La ganancia en productividad al usar un brazo doble es brutal. Permite tener un flujo de trabajo donde puedes redactar un informe en un panel mientras monitorizas datos en el otro, optimizando el flujo visual y eliminando la fricción de estar cambiando de ventana constantemente. Al hacer que el equipo «flote», dejamos espacio libre para el teclado, el ratón o un cuaderno de notas sin sentir que estamos hacinados, facilitando la tarea de configurar dos monitores en un ordenador.
Instalación, montaje y gestión de cables
Nadie quiere pasar horas peleándose con tornillos. Los sistemas modernos apuestan por un montaje sencillo que incluye llaves Allen y manuales claros. Una característica muy valorada es la instalación de la abrazadera desde la parte superior, lo que evita tener que meterse debajo de la mesa como si estuviéramos arreglando una tubería.
Existen diversas opciones según el mobiliario: la pinza en C para el borde del tablero, el sistema de ojal para escritorios con agujeros pasacables o los soportes de pared para liberar la mesa al 100%. Para evitar que los cables gruesos queden colgando y arruinen la estética, estos brazos incorporan ranuras de gestión de cableado que mantienen el entorno profesional y limpio.
Materiales, seguridad y compromiso ambiental
La durabilidad depende directamente de los materiales. Mientras que los básicos usan acero pintado, las opciones premium están fabricadas en aluminio de alta calidad, logrando un equilibrio entre ligereza y rigidez. Para garantizar la seguridad, es recomendable buscar productos con la certificación TÜV alemana, que asegura que el soporte es resistente y duradero.

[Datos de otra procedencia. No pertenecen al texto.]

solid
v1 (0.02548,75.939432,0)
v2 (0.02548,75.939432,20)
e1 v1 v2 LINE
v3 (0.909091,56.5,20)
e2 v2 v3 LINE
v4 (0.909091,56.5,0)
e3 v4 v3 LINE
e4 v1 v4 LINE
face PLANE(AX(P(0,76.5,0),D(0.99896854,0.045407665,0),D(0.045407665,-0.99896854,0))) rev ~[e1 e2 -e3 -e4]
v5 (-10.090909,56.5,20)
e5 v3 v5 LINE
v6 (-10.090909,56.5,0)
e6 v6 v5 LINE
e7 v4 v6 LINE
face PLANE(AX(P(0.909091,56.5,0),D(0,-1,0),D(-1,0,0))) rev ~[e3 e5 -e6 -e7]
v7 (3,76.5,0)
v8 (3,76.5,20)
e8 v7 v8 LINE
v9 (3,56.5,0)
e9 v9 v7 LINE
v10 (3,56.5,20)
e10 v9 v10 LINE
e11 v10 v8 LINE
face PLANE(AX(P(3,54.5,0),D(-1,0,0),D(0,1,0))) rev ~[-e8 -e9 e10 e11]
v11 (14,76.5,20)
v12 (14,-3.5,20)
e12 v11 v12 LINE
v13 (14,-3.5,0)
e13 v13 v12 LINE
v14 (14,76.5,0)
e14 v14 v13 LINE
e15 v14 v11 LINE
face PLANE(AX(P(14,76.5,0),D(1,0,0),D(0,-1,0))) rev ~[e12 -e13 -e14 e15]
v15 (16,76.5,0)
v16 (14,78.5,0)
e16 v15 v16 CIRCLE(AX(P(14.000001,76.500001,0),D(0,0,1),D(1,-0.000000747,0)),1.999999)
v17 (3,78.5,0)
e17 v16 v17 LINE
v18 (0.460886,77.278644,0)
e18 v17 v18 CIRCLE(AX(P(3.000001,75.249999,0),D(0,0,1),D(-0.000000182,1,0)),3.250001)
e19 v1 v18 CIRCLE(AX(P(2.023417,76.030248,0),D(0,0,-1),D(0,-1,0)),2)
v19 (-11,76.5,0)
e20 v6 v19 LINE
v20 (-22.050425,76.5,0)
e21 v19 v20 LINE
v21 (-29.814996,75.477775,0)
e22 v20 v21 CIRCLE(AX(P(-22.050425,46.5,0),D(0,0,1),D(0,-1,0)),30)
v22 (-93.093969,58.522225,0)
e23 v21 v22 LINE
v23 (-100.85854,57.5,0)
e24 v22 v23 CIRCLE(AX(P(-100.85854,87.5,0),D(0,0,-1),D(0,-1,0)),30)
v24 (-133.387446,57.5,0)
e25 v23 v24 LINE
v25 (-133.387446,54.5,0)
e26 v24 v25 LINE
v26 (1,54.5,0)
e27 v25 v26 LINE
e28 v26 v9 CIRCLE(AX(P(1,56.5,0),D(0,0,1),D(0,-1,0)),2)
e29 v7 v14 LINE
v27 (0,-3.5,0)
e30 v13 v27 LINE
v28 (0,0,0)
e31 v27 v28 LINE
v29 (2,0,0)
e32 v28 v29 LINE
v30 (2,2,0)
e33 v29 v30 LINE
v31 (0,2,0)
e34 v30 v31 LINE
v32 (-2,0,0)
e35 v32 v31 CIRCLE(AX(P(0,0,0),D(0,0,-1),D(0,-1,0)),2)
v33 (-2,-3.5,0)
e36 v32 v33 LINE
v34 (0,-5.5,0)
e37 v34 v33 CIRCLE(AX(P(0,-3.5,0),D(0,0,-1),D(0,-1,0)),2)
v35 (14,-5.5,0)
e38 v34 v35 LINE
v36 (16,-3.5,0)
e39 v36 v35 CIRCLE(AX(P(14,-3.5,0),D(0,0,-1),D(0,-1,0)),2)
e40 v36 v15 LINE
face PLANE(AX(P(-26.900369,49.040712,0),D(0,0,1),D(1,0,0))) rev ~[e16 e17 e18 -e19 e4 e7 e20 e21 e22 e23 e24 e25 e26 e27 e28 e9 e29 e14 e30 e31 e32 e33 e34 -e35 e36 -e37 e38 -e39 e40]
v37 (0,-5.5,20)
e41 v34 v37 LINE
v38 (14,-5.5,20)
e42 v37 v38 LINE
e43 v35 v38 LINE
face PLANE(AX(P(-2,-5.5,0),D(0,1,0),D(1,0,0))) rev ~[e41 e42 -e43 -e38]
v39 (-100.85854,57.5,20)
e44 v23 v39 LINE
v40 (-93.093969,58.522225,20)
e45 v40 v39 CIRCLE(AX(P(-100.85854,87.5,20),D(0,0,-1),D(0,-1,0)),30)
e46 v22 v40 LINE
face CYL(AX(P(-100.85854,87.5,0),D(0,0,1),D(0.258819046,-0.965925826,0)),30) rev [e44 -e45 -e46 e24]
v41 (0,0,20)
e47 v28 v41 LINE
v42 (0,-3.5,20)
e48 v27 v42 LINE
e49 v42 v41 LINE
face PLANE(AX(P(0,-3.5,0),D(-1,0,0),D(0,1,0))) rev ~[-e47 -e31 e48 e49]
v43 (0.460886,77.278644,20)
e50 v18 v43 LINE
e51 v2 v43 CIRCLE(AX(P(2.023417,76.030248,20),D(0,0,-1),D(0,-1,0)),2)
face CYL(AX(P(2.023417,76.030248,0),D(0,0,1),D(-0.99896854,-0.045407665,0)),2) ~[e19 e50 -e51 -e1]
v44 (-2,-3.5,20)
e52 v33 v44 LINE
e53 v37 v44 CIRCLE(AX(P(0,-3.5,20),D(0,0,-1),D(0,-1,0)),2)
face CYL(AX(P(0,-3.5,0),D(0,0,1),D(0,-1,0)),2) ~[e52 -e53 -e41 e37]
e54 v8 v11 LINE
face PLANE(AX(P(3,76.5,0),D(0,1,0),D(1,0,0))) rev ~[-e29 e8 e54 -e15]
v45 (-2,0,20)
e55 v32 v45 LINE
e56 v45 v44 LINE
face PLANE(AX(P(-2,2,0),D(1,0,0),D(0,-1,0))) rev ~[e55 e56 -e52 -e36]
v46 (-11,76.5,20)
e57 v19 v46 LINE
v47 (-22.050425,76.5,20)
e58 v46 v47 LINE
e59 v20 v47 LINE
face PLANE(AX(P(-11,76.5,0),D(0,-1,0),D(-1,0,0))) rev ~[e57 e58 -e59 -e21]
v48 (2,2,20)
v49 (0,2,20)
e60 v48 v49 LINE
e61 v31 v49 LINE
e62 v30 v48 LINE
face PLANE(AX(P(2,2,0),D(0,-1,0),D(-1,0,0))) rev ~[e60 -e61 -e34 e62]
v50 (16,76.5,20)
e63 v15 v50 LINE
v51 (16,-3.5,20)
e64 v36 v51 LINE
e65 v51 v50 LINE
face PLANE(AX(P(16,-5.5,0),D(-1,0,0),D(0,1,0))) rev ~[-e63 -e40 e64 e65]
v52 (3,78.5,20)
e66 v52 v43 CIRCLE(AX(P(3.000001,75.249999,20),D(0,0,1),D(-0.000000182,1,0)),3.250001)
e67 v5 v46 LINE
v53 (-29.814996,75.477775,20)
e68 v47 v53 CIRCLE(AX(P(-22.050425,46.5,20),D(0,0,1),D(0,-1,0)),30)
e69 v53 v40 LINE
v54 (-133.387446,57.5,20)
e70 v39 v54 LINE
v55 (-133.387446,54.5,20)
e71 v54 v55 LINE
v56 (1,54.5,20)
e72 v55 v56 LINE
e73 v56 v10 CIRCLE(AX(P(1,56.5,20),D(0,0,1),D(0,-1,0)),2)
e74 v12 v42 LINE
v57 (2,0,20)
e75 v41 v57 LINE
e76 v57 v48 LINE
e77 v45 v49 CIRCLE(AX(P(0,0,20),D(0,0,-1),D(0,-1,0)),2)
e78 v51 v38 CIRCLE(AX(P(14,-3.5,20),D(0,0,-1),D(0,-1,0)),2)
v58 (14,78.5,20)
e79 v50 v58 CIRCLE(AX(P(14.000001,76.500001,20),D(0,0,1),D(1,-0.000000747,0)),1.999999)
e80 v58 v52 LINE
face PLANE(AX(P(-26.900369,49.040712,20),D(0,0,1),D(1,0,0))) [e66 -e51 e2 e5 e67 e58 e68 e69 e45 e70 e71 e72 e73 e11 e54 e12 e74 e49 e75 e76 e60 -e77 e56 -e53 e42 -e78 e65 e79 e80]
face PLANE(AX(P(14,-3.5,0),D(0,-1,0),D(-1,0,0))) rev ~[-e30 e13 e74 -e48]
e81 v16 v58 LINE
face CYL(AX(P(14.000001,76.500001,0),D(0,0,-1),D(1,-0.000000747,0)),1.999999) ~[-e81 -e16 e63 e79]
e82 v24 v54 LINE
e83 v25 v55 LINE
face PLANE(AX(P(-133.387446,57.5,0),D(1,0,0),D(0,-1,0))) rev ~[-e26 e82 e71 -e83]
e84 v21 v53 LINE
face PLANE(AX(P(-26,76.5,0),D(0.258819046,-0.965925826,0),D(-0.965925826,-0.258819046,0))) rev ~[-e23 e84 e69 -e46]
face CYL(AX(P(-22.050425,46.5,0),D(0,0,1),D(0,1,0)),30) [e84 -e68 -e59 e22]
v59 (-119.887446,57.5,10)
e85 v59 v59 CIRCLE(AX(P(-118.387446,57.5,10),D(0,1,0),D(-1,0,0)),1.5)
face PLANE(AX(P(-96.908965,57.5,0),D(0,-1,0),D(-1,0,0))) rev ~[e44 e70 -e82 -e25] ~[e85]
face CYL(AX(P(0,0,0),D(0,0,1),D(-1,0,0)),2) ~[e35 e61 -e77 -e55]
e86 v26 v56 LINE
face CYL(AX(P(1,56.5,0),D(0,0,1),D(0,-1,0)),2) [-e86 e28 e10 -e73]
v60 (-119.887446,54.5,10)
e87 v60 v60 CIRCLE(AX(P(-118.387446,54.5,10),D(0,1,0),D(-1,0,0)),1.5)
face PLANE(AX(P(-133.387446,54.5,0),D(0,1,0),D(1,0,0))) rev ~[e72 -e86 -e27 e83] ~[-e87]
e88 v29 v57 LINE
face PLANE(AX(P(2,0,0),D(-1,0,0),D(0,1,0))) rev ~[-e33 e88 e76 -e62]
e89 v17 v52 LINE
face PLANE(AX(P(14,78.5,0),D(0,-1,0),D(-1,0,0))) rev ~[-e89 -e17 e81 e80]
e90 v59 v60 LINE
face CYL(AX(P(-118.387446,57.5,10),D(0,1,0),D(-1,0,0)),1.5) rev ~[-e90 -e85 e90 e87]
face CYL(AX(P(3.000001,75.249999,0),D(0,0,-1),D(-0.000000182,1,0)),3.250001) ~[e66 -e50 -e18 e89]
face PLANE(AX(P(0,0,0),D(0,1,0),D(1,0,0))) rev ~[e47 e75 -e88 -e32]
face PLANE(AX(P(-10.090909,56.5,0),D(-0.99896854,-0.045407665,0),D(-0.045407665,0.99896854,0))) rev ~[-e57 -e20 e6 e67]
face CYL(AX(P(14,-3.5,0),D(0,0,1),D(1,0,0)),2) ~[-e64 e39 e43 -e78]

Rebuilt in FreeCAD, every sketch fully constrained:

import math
import FreeCAD as App
import Part
import Sketcher
from FreeCAD import Vector
Q = App.Units.Quantity


def edges_at(feature, points):
    """Names of the edges that pass closest to the given points."""
    edges = feature.Shape.Edges
    near = lambda p: min(range(len(edges)), key=lambda i: edges[i].distToShape(Part.Vertex(*p))[0])
    return sorted({f"Edge{near(p) + 1}" for p in points})

doc = App.newDocument("Part")
body = doc.addObject("PartDesign::Body", "Body")

sketch1 = body.newObject("Sketcher::SketchObject", "Sketch")
sketch1.AttachmentSupport = (doc.getObject("XY_Plane"), [""])
sketch1.MapMode = "FlatFace"
sketch1.addGeometry([
    Part.LineSegment(Vector(0, -3.5, 0), Vector(0, 0, 0)),
    Part.LineSegment(Vector(0, 0, 0), Vector(2, 0, 0)),
    Part.LineSegment(Vector(2, 0, 0), Vector(2, 2, 0)),
    Part.LineSegment(Vector(2, 2, 0), Vector(-2, 2, 0)),
    Part.LineSegment(Vector(-2, 2, 0), Vector(-2, -5.5, 0)),
    Part.LineSegment(Vector(-2, -5.5, 0), Vector(16, -5.5, 0)),
    Part.LineSegment(Vector(16, -5.5, 0), Vector(16, 76.5, 0)),
    Part.ArcOfCircle(Part.Circle(Vector(14.000001, 76.500001, 0), Vector(0, 0, 1), 1.999999), math.radians(-0.000043), math.radians(90.000043)),
    Part.LineSegment(Vector(14, 78.5, 0), Vector(3, 78.5, 0)),
    Part.ArcOfCircle(Part.Circle(Vector(3.000001, 75.249999, 0), Vector(0, 0, 1), 3.250001), math.radians(90.00001), math.radians(157.380125)),
    Part.LineSegment(Vector(0, 76.5, 0), Vector(0.909091, 56.5, 0)),
    Part.LineSegment(Vector(0.909091, 56.5, 0), Vector(-10.090909, 56.5, 0)),
    Part.LineSegment(Vector(-10.090909, 56.5, 0), Vector(-11, 76.5, 0)),
    Part.LineSegment(Vector(-11, 76.5, 0), Vector(-26, 76.5, 0)),
    Part.LineSegment(Vector(-26, 76.5, 0), Vector(-96.908965, 57.5, 0)),
    Part.LineSegment(Vector(-96.908965, 57.5, 0), Vector(-133.387446, 57.5, 0)),
    Part.LineSegment(Vector(-133.387446, 57.5, 0), Vector(-133.387446, 54.5, 0)),
    Part.LineSegment(Vector(-133.387446, 54.5, 0), Vector(3, 54.5, 0)),
    Part.LineSegment(Vector(3, 54.5, 0), Vector(3, 76.5, 0)),
    Part.LineSegment(Vector(3, 76.5, 0), Vector(14, 76.5, 0)),
    Part.LineSegment(Vector(14, 76.5, 0), Vector(14, -3.5, 0)),
    Part.LineSegment(Vector(14, -3.5, 0), Vector(0, -3.5, 0)),
], False)
sketch1.addConstraint([
    Sketcher.Constraint("Coincident", 0, 2, 1, 1),
    Sketcher.Constraint("Coincident", 1, 2, 2, 1),
    Sketcher.Constraint("Coincident", 2, 2, 3, 1),
    Sketcher.Constraint("Coincident", 3, 2, 4, 1),
    Sketcher.Constraint("Coincident", 4, 2, 5, 1),
    Sketcher.Constraint("Coincident", 5, 2, 6, 1),
    Sketcher.Constraint("Tangent", 6, 2, 7, 1),
    Sketcher.Constraint("Tangent", 7, 2, 8, 1),
    Sketcher.Constraint("Tangent", 8, 2, 9, 1),
    Sketcher.Constraint("Coincident", 9, 2, 10, 1),
    Sketcher.Constraint("Coincident", 10, 2, 11, 1),
    Sketcher.Constraint("Coincident", 11, 2, 12, 1),
    Sketcher.Constraint("Coincident", 12, 2, 13, 1),
    Sketcher.Constraint("Coincident", 13, 2, 14, 1),
    Sketcher.Constraint("Coincident", 14, 2, 15, 1),
    Sketcher.Constraint("Coincident", 15, 2, 16, 1),
    Sketcher.Constraint("Coincident", 16, 2, 17, 1),
    Sketcher.Constraint("Coincident", 17, 2, 18, 1),
    Sketcher.Constraint("Coincident", 18, 2, 19, 1),
    Sketcher.Constraint("Coincident", 19, 2, 20, 1),
    Sketcher.Constraint("Coincident", 20, 2, 21, 1),
    Sketcher.Constraint("Coincident", 21, 2, 0, 1),
    Sketcher.Constraint("Vertical", 0),
    Sketcher.Constraint("Horizontal", 1),
    Sketcher.Constraint("Vertical", 2),
    Sketcher.Constraint("Horizontal", 3),
    Sketcher.Constraint("Vertical", 4),
    Sketcher.Constraint("Horizontal", 5),
    Sketcher.Constraint("Vertical", 6),
    Sketcher.Constraint("Horizontal", 8),
    Sketcher.Constraint("Horizontal", 11),
    Sketcher.Constraint("Horizontal", 13),
    Sketcher.Constraint("Horizontal", 15),
    Sketcher.Constraint("Vertical", 16),
    Sketcher.Constraint("Horizontal", 17),
    Sketcher.Constraint("Vertical", 18),
    Sketcher.Constraint("Horizontal", 19),
    Sketcher.Constraint("Vertical", 20),
    Sketcher.Constraint("Horizontal", 21),
    Sketcher.Constraint("Coincident", 0, 2, -1, 1),
    Sketcher.Constraint("Coincident", 19, 2, 7, 3),
    Sketcher.Constraint("PointOnObject", 9, 2, -2),
    Sketcher.Constraint("Parallel", 10, 12),
    Sketcher.Constraint("Horizontal", 6, 2, 9, 2),
    Sketcher.Constraint("Horizontal", 9, 2, 12, 2),
    Sketcher.Constraint("Vertical", 8, 2, 17, 2),
    Sketcher.Constraint("Equal", 8, 11),
    Sketcher.Constraint("Equal", 1, 2),
    Sketcher.Constraint("Radius", 7, Q("1.999999 mm")),
    Sketcher.Constraint("DistanceX", 1, 1, 1, 2, Q("2 mm")),
    Sketcher.Constraint("DistanceX", 3, 2, 3, 1, Q("4 mm")),
    Sketcher.Constraint("DistanceX", 5, 1, 5, 2, Q("18 mm")),
    Sketcher.Constraint("DistanceX", 8, 2, 8, 1, Q("11 mm")),
    Sketcher.Constraint("DistanceX", 13, 2, 13, 1, Q("15 mm")),
    Sketcher.Constraint("DistanceY", 6, 1, 6, 2, Q("82 mm")),
    Sketcher.Constraint("DistanceY", 16, 2, 16, 1, Q("3 mm")),
    Sketcher.Constraint("DistanceY", 18, 1, 18, 2, Q("22 mm")),
    Sketcher.Constraint("DistanceY", 20, 2, 20, 1, Q("80 mm")),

Además, existe una tendencia creciente hacia la sostenibilidad. Muchos soportes cuentan ahora con la certificación Global Recycled Standard (GRS), lo que garantiza que al menos el 50% de sus materiales provienen de fuentes recicladas. Este enfoque reduce el impacto ambiental y asegura que la cadena de suministro respeta los derechos sociales y ambientales.
Adoptar un sistema de soporte doble transforma cualquier estación de trabajo en un entorno ergonómico y eficiente. Al combinar la flexibilidad de ajuste milimétrico con la compatibilidad VESA y el uso de materiales sostenibles, se logra proteger la salud postural mientras se maximiza el espacio. Ya sea mediante anclajes a pared o abrazaderas de mesa, estas herramientas permiten crear un ecosistema visual limpio y adaptable, ideal para soportar sesiones intensas de teletrabajo o gaming sin sacrificar el bienestar físico.